Solomon Star (December 20, 1840 - October 10, 1917) was an American businessman and politician notable as an early resident of the town of Deadwood, South Dakota.

==Life and career==
Star was born in Bavaria, Germany, to Jewish parents. When he was 10 years of age, his family moved to Chillicothe, Ohio. A well documented family tree on Ancestry says his last name, prior to arriving in America, may have been Stern. He later moved to Helena, Montana, where he served as territorial auditor and personal secretary to the governor. He partnered with Seth Bullock in a hardware store; in July 1876, attracted to Deadwood by the promise of a great deal of business stemming from the gold rush they arrived in Deadwood on August 3, 1876, the day after Wild Bill Hickok was killed.
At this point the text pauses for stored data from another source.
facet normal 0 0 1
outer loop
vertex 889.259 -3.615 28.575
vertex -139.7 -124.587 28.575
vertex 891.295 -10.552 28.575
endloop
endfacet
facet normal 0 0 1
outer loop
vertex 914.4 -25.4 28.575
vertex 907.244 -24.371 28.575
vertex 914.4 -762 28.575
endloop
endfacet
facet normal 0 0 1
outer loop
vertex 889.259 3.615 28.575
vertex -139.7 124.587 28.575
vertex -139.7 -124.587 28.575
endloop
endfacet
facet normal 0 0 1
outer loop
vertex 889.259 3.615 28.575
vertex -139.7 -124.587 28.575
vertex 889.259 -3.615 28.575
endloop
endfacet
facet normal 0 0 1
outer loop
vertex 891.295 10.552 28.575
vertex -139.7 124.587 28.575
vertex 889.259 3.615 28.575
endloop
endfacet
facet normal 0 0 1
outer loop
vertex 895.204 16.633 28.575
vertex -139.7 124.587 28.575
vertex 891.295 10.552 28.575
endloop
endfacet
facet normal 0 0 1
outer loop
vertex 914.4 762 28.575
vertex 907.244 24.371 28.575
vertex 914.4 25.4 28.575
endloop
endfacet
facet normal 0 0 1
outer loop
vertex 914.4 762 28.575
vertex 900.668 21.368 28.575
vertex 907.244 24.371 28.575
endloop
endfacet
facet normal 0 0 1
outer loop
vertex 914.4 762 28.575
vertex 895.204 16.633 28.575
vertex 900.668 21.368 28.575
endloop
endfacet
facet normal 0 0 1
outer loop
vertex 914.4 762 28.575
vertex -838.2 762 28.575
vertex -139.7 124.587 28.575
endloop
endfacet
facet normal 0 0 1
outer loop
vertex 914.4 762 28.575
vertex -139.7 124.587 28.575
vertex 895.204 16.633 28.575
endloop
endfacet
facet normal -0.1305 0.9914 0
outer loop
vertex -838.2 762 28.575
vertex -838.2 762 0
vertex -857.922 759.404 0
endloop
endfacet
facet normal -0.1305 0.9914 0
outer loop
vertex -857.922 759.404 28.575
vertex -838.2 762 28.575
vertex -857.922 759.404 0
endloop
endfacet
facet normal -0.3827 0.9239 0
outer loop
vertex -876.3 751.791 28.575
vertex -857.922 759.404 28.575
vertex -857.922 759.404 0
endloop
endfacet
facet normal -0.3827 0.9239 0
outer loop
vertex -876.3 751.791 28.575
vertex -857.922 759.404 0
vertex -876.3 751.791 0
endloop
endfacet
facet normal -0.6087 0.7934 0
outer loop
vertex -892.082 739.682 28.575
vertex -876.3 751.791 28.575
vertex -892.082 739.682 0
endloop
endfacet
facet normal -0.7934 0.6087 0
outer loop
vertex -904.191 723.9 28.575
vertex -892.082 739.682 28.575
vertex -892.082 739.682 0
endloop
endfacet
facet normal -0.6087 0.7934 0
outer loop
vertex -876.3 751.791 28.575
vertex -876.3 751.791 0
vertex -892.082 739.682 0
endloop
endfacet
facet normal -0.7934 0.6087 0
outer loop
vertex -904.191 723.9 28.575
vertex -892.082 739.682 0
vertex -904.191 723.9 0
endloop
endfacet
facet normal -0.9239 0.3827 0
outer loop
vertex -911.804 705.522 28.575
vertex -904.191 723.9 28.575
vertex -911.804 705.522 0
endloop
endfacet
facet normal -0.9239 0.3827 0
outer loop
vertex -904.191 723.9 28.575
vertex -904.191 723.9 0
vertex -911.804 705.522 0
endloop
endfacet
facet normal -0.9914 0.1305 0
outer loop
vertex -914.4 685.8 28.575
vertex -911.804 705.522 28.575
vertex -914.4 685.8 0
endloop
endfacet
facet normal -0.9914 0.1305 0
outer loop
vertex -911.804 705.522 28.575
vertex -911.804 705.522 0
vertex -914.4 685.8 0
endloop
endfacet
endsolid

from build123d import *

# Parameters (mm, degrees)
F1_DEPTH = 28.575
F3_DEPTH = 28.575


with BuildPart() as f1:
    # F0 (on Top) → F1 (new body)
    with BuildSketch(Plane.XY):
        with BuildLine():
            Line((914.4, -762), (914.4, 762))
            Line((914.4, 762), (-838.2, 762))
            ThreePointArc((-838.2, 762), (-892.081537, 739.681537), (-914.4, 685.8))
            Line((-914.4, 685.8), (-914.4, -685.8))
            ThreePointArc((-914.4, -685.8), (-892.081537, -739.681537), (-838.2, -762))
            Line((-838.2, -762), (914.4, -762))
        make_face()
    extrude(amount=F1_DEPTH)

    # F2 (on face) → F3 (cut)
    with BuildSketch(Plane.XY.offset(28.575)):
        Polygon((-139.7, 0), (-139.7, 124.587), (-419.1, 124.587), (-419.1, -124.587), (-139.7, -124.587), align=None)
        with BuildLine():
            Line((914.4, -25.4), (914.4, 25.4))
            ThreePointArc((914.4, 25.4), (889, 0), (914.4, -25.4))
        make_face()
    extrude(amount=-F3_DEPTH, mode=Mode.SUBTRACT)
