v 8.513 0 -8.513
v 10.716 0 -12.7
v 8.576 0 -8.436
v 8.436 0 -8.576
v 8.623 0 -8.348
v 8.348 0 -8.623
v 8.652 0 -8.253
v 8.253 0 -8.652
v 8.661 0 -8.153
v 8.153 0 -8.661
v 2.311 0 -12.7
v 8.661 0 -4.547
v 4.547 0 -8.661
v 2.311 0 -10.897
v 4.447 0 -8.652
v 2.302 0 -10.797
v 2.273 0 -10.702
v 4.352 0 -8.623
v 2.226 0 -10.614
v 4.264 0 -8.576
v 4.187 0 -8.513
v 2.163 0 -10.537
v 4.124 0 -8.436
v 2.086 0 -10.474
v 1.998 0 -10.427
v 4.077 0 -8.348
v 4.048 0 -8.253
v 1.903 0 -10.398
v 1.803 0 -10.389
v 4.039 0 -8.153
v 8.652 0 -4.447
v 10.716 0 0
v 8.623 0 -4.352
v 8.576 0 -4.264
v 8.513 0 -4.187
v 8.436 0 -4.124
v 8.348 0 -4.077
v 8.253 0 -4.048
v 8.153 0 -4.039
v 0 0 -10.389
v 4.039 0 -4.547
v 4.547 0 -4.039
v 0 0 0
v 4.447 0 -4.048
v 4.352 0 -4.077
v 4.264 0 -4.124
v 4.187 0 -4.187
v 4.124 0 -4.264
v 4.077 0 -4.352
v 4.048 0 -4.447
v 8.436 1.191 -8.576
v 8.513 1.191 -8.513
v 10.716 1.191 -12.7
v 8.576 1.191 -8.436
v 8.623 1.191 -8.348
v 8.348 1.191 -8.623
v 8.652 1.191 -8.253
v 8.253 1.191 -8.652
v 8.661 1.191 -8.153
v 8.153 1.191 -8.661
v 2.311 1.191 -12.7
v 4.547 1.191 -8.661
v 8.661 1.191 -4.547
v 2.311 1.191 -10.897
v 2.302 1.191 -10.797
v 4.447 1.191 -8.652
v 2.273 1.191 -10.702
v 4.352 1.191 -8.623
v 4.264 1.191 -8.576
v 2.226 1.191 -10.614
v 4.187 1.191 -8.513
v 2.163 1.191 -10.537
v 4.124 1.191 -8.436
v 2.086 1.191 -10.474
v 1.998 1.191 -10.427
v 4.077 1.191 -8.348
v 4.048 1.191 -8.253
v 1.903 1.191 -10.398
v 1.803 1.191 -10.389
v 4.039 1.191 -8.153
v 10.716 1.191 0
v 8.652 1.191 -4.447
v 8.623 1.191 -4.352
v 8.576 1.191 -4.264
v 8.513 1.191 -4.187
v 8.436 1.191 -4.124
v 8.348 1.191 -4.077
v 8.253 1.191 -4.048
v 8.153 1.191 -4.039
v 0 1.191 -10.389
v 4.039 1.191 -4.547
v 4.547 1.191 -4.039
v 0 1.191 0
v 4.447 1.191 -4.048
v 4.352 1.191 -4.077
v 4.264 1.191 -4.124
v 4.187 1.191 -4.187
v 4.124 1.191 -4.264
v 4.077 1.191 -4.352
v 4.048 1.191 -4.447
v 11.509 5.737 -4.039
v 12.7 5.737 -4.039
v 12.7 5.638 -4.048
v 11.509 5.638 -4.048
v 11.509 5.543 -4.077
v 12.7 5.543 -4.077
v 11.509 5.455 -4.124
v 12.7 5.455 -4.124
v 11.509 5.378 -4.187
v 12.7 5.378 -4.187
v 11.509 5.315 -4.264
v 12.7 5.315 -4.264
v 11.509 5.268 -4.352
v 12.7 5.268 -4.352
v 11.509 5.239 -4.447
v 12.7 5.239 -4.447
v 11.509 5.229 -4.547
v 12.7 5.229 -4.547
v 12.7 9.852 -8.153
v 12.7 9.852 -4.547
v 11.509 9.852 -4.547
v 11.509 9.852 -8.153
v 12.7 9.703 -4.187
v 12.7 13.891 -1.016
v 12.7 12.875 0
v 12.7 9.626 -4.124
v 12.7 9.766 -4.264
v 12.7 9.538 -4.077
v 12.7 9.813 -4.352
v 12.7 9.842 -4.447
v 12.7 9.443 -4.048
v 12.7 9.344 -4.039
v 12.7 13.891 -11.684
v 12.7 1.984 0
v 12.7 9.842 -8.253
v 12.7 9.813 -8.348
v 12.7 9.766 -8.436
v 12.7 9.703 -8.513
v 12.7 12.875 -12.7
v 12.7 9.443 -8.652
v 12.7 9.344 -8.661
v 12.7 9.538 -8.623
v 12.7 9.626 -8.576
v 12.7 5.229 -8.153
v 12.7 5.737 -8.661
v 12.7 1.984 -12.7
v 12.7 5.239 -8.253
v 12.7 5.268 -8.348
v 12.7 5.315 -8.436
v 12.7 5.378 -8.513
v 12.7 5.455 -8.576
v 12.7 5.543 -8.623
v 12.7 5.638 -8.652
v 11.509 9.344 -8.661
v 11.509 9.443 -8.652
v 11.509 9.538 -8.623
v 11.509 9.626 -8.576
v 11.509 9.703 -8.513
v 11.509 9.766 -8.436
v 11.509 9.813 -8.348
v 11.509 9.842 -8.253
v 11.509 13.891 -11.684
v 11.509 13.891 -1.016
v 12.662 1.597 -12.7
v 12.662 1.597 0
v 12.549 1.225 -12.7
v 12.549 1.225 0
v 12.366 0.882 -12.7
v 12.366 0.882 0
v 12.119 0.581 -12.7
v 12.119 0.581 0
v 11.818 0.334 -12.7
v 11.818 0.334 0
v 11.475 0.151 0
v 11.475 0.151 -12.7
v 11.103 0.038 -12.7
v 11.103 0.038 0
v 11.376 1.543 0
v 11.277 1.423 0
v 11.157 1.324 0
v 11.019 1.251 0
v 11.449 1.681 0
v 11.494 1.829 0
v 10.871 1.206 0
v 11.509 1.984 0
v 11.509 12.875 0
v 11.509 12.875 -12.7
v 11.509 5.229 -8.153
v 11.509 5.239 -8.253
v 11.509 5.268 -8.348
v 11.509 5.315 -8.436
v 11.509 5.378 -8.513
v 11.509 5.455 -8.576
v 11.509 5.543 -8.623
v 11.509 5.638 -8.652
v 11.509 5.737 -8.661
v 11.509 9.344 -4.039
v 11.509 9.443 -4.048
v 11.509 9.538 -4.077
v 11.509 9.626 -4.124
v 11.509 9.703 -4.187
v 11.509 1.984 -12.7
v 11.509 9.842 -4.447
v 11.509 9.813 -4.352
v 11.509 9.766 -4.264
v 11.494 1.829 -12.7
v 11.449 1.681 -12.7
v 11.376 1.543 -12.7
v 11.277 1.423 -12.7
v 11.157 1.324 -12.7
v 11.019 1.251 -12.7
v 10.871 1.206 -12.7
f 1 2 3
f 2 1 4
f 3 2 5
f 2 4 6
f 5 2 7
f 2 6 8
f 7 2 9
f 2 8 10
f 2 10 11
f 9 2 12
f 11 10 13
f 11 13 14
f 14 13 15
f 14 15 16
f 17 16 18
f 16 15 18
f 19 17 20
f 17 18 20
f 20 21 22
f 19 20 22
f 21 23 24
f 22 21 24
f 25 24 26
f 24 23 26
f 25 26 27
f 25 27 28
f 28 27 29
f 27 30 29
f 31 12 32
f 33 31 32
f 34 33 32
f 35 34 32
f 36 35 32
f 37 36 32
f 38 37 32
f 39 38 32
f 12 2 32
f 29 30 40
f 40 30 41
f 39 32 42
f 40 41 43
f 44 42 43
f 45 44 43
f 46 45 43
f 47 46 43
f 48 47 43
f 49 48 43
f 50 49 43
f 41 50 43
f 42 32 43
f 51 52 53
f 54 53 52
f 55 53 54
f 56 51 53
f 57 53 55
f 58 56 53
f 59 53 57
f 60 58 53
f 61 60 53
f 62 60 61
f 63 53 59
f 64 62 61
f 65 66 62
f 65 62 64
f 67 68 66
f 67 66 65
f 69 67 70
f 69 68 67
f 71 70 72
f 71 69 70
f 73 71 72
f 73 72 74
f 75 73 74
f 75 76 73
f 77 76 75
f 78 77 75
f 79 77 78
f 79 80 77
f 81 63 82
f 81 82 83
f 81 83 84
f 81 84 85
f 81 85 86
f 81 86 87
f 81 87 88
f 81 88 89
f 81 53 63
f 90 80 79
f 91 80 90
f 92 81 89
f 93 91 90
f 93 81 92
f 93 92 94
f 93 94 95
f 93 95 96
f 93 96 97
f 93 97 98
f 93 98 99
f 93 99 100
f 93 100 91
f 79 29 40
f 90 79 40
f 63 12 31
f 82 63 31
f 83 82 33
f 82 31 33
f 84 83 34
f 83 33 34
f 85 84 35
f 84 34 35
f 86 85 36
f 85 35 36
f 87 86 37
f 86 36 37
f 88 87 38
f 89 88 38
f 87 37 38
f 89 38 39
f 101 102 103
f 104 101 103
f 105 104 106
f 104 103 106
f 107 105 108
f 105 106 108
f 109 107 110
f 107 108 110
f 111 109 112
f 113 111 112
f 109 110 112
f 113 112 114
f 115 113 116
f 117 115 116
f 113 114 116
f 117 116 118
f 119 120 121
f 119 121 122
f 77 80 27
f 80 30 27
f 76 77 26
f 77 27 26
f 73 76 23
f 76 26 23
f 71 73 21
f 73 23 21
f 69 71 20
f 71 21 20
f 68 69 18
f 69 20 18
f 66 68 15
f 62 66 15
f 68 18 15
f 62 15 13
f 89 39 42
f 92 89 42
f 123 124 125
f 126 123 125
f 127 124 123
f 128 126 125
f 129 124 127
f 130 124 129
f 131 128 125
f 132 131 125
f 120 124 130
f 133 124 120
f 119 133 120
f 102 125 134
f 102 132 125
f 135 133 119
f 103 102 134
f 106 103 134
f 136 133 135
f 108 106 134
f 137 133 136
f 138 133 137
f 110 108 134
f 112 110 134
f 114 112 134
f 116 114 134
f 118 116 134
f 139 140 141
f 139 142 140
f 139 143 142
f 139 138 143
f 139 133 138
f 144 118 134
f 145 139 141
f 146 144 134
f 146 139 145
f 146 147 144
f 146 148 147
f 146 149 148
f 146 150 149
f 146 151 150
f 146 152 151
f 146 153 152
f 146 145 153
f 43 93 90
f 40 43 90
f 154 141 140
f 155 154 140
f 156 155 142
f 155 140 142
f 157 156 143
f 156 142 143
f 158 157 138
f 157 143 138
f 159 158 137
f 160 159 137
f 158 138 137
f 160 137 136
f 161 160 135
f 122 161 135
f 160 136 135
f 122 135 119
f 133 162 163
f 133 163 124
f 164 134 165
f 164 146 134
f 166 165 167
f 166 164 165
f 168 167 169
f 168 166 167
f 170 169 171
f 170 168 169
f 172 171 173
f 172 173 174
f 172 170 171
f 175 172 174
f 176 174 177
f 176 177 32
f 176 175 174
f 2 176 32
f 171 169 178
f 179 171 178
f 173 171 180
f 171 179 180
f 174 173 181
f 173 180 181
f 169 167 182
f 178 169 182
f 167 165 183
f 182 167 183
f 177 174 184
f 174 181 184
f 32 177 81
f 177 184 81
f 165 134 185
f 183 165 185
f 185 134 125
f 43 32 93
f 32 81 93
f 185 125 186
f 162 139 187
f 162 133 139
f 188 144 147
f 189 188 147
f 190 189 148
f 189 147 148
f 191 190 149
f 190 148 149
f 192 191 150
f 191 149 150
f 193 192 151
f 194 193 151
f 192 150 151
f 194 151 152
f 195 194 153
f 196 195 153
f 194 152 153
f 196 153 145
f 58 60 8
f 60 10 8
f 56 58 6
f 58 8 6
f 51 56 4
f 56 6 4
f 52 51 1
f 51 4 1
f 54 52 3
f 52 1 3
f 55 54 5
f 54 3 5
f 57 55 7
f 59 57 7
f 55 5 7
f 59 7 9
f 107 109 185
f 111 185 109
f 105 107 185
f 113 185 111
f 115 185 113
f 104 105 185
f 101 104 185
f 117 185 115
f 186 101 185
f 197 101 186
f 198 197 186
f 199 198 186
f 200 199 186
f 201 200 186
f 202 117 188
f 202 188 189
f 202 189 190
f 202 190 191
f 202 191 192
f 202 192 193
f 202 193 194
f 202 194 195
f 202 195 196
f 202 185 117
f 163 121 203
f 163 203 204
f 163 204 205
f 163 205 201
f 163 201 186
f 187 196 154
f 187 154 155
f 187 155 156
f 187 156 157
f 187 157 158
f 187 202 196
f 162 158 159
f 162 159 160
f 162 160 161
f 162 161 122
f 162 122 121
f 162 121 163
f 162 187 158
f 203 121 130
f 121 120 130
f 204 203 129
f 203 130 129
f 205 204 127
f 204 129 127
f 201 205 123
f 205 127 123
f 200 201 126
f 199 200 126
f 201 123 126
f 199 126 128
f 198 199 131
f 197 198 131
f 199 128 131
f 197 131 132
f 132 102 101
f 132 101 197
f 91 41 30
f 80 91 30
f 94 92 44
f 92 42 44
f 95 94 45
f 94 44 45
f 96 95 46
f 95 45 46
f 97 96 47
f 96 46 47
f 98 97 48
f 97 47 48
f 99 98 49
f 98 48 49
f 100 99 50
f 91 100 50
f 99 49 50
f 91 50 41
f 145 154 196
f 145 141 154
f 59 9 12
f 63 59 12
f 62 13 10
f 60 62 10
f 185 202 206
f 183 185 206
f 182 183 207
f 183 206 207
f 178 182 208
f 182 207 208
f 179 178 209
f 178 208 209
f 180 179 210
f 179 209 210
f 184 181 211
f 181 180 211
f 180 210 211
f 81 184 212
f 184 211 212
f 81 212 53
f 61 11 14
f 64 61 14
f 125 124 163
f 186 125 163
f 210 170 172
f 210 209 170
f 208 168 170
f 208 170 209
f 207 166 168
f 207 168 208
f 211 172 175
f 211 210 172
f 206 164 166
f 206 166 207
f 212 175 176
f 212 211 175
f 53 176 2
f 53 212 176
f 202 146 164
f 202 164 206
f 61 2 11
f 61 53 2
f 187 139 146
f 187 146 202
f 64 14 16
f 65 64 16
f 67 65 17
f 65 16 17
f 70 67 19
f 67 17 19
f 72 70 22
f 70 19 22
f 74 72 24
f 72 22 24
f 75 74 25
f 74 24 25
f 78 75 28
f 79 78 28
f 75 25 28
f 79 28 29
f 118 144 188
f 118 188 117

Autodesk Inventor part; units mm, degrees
ref_plane "YZ Plane" through (0, 0, 0) normal (1, 0, 0) x (0, 1, 0)
ref_plane "XZ Plane" through (0, 0, 0) normal (0, 1, 0) x (-1, 0, 0)
sketch "Sketch1" plane through (0, 0, 0) normal (0, 1, 0) x (-1, 0, 0)
  line L0 (-12.7, 0) -> (12.7, 0)
  line L1 (12.7, 0) -> (12.7, -12.7)
  line L2 (12.7, -12.7) -> (-12.7, -12.7)
  line L3 (-12.7, -12.7) -> (-12.7, 0)
  line L4 (12.7, 0) -> (-12.7, -12.7) construction
  point P0 (0, 0)
  point P1 (0, 0)
  dimension "d0" = 25.4
  dimension "d1" = 12.7
extrude "Plate1" add sketch "Sketch1" along normal blind 1.1906
sketch "Sketch2" plane through (11.5094, 0, -12.7) normal (1, 0, 0) x (0, 1, 0)
  line L0 (0, 12.7) -> (0, 0)
  line L1 (0, 0) -> (13.8906, 0)
  line L2 (13.8906, 0) -> (13.8906, 12.7)
  line L3 (13.8906, 12.7) -> (0, 12.7)
edge flange "Flanges" height 12.7 angle 90 thickness 1.1906 bend radius 0.7937 thickness toward (1, 0, 0) relief tear relief width 1.1906 relief depth 0.5953 corner gap 1.1906 corner form 0 edges at (12.7, 1.1906, -6.35) (-12.7, 1.1906, -6.35) wall of the first edge with corners at (11.5094, 0, 0) (11.5094, 0, -12.7) (11.5094, 13.8906, -12.7) (11.5094, 13.8906, 0)
bend "Bend1"
corner "Corner1"
sketch "Sketch3" plane through (12.7, 1.9844, -12.7) normal (1, 0, 0) x (0, 0, -1)
  line L0 (-8.1534, 7.8676) -> (-4.5466, 7.8676)
  line L1 (-4.0386, 7.3596) -> (-4.0386, 3.7528)
  line L2 (-4.5466, 3.2448) -> (-8.1534, 3.2448)
  line L3 (-8.6614, 3.7528) -> (-8.6614, 7.3596)
  arc A0 (-8.1534, 7.8676) -> (-8.6614, 7.3596) centre (-8.1534, 7.3596) ccw
  arc A1 (-4.0386, 7.3596) -> (-4.5466, 7.8676) centre (-4.5466, 7.3596) ccw
  arc A2 (-4.5466, 3.2448) -> (-4.0386, 3.7528) centre (-4.5466, 3.7528) ccw
  arc A3 (-8.6614, 3.7528) -> (-8.1534, 3.2448) centre (-8.1534, 3.7528) ccw
  line L4 (-12.7, 0) -> (-12.7, 11.9063) construction
  line L5 (-12.7, 11.9063) -> (0, 11.9063) construction
  line L6 (-8.1534, 7.3596) -> (-4.5466, 3.7528) construction
  point P0 (-12.7, -1.9844)
  point P1 (-4.0386, 3.2448)
  point P2 (-8.6614, 3.2448)
  point P3 (-6.35, 5.5562)
  dimension "d16" = 4.6228
  dimension "d17" = 0.508
  dimension "d20" = 6.35
  dimension "d21" = 6.35
extrude "Flange Stamp" cut sketch "Sketch3" against normal blind 1.1906
sketch "Sketch7" plane through (12.7, 1.9844, 0) normal (1, 0, 0) x (0, 0, -1)
  arc A0 (4.5466, 7.8676) -> (4.0386, 7.3596) centre (4.5466, 7.3596) ccw construction
  arc A1 (8.1534, 3.2448) -> (8.6614, 3.7528) centre (8.1534, 3.7528) ccw construction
They purchased a lot there from Al Swearengen and Henry Beaman and opened the Office of Star and Bullock, Auctioneers and Commission Merchants. They later partnered in livestock ranching as the S&B Ranch Company, and with Harris Franklin in the Deadwood Flouring Mill, in 1880, where Star was the general manager. The duo expanded their business interests to the towns of Spearfish, Sturgis, and Custer.
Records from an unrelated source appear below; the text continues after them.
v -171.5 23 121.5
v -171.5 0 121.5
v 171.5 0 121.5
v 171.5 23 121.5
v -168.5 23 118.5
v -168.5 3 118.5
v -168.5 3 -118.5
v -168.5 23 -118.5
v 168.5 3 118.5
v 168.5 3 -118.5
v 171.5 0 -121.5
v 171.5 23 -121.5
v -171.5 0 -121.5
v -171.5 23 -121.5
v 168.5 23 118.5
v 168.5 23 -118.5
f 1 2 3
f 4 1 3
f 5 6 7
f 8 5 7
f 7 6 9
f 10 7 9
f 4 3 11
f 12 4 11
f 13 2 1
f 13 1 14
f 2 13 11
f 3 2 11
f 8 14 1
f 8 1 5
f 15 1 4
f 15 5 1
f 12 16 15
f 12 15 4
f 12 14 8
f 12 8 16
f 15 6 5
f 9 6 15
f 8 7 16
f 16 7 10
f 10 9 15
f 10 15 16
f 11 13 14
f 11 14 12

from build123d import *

# Parameters (mm, degrees)
SKETCH1_W           = 343
SKETCH1_H           = 243
SKETCH1_W_2         = 337
SKETCH1_H_2         = 237
BOSS_EXTRUDE1_DEPTH = 23
SKETCH2_W           = 343
SKETCH2_H           = 243
BOSS_EXTRUDE2_DEPTH = 3


with BuildPart() as part:
    # Sketch1 → Boss-Extrude1 (new body)
    with BuildSketch(Plane(origin=(0, 0, 0), x_dir=(1, 0, 0), z_dir=(0, 1, 0))):
        Rectangle(SKETCH1_W, SKETCH1_H)
        Rectangle(SKETCH1_W_2, SKETCH1_H_2, mode=Mode.SUBTRACT)
    extrude(amount=BOSS_EXTRUDE1_DEPTH)

    # Sketch2 → Boss-Extrude2 (add)
    with BuildSketch(Plane.XZ):
        Rectangle(SKETCH2_W, SKETCH2_H)
    extrude(amount=-BOSS_EXTRUDE2_DEPTH)


solid = part.part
Bullock and Star contributed further to the economic development of the region by convincing the Fremont, Elkhorn, and Missouri Valley Railroad to build a track, by offering them 40 acres (162,000 m^{2}) of free right-of-way across their land when a speculator purchased the right of way to Minnesela and demanded a high price from the railroad. The railroad built a station three miles northwest of Minnesela, South Dakota, in 1890, and Bullock and Star were instrumental in founding the town of Belle Fourche there, offering free lots to anyone moving from Minnesela. Belle Fourche became the largest railhead for livestock in the United States and stole the county seat away from a declining Minnesela.

Bullock and Star's hardware store in Deadwood burned down in 1894. Rather than rebuild, they built Deadwood's first hotel on the site, a three-story, 64-room luxury hotel with steam heat and indoor bathrooms on each floor, at a cost of $40,000. The Bullock Hotel continues to operate to this day, now incorporating a 24-hour casino.

Star was elected to the first town council in 1876, became town postmaster in 1877, was elected mayor in 1884, and served ten terms for a total of 14 years. He later served as a Republican legislator after statehood in the South Dakota House of Representatives in 1889–1890 and in the South Dakota State Senate in 1893–1894 serving as President Pro Tempore of the South Dakota Senate, and as Lawrence County Clerk of Courts for 20 years, until his death. He was never married.

After a reportedly lavish funeral in Deadwood, Star was not buried in Mount Moriah Cemetery in Deadwood. Instead, his family had his body transported to St. Louis, Missouri, where he was laid to rest in New Mount Sinai Cemetery.

==In popular culture==
Star was portrayed by John Hawkes in the television series Deadwood (2004–2006). The show's producers switched the character's birthplace to Vienna instead of Bavaria. Hawkes reprised his role in the television film Deadwood: The Movie (2019), set a decade after the events of season 3.